Medium is not dead : Si l’évolution de la littérature et de l’art modernes et contemporains tend à une dé-spécification des mediums, selon le constat établi par Pascal Mougin, que reste-t-il aujourd’hui des médialités – des « résidus » – dans la création ou la production ? Transmédialité et dématérialisation ont-elles définitivement achevé d’effacer toute trace des médialités ? Ou de leur soustraire toute valeur ?

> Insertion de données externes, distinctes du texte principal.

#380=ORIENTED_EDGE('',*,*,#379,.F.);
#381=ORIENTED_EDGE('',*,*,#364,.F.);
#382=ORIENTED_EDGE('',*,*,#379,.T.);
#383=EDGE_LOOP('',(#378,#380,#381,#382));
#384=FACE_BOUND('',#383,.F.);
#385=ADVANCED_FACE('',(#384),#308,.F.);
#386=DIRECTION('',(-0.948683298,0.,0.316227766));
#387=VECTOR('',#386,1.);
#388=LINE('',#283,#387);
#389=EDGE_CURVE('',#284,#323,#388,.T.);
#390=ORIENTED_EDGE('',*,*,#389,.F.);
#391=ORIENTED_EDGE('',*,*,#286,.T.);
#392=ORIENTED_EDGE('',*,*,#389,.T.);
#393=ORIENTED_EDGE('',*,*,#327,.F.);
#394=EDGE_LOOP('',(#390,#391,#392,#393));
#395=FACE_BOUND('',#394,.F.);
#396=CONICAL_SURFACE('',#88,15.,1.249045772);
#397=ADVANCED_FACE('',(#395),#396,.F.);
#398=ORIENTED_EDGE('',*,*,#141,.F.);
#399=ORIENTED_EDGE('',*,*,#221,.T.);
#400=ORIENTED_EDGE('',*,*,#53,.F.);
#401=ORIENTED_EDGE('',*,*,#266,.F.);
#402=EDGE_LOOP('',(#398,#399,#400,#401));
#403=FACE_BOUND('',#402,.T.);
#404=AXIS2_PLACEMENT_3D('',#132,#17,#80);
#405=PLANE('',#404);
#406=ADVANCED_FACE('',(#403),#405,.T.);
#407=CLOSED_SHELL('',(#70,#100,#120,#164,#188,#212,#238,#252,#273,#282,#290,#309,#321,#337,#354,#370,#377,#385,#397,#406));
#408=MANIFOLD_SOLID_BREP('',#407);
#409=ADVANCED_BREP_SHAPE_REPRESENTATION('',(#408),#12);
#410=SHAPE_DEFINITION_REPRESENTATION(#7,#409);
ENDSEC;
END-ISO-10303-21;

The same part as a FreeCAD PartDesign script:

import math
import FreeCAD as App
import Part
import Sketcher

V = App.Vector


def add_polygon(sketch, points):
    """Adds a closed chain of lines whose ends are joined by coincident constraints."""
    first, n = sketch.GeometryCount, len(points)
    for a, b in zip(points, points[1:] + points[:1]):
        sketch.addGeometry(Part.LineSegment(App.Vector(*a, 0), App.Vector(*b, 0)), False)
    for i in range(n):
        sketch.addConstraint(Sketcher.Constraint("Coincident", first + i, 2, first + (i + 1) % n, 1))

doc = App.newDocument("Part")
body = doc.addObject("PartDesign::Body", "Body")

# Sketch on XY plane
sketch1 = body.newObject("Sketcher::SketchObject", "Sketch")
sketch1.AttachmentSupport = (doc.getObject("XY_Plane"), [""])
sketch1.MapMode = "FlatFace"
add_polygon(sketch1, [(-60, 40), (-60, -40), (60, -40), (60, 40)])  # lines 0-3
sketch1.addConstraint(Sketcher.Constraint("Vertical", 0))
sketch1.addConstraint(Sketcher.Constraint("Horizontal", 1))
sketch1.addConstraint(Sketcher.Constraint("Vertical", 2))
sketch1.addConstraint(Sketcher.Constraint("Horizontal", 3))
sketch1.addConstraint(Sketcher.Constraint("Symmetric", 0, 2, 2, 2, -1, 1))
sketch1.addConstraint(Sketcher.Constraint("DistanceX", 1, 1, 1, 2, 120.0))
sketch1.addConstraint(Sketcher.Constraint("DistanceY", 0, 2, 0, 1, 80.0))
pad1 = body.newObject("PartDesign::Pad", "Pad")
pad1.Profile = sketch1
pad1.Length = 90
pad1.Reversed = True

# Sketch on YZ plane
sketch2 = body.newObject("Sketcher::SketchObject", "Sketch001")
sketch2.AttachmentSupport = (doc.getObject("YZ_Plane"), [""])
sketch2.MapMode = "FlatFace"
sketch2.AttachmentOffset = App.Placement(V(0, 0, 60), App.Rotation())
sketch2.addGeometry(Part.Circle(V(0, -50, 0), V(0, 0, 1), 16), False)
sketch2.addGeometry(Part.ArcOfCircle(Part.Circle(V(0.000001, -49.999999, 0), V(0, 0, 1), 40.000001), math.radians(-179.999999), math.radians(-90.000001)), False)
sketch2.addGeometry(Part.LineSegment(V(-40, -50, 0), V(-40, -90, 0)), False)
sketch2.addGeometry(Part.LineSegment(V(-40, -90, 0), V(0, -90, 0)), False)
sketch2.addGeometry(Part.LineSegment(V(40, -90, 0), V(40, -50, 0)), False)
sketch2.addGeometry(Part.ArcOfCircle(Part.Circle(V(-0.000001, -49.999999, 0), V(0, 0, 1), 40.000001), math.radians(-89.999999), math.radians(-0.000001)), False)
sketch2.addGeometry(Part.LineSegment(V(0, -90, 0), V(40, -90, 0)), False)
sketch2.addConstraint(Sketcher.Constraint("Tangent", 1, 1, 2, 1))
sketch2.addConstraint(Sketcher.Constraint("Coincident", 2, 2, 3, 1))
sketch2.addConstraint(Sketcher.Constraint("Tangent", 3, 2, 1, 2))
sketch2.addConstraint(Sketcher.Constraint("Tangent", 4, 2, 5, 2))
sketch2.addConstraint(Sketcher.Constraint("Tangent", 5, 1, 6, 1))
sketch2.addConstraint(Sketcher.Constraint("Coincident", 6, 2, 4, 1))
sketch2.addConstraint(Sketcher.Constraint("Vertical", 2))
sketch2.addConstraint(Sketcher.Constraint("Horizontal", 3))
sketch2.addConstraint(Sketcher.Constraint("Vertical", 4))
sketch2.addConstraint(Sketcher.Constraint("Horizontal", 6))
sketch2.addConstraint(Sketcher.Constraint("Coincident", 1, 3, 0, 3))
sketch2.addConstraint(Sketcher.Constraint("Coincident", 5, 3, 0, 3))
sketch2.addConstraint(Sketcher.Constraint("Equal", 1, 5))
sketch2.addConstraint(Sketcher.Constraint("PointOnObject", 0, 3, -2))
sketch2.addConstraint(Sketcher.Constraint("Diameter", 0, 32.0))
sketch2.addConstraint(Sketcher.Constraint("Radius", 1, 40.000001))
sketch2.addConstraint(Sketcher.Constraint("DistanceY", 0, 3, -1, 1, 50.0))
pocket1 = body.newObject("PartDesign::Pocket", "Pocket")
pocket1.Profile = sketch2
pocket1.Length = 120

Alors que les études intermédiales et transmédiales reposent depuis de nombreuses années sur des théories, des corpus et des spécialités bien établis, la médialité (radicale, sans préfixe) reste encore peu interrogée et problématisée. Pourtant, en tant que processus, elle intéresse « l’idée du médium » (Rancière) et les questions de transmission et de circulation. Elle permet de penser les formes d’artisanat de l’œuvre, le travail de négociation mené avec les contraintes des différents matériaux que sont la langue, la photographie argentique, la fluidité numérique, les huiles et les encres, le gramophone et la machine à écrire, la pierre et l’argile, etc. Les médialités s’inscrivent ainsi dans une approche matérielle de l’analyse qui pose la question du support, de la technique, mais aussi du contexte culturel, des valeurs et des usages dans la production et dans la réception.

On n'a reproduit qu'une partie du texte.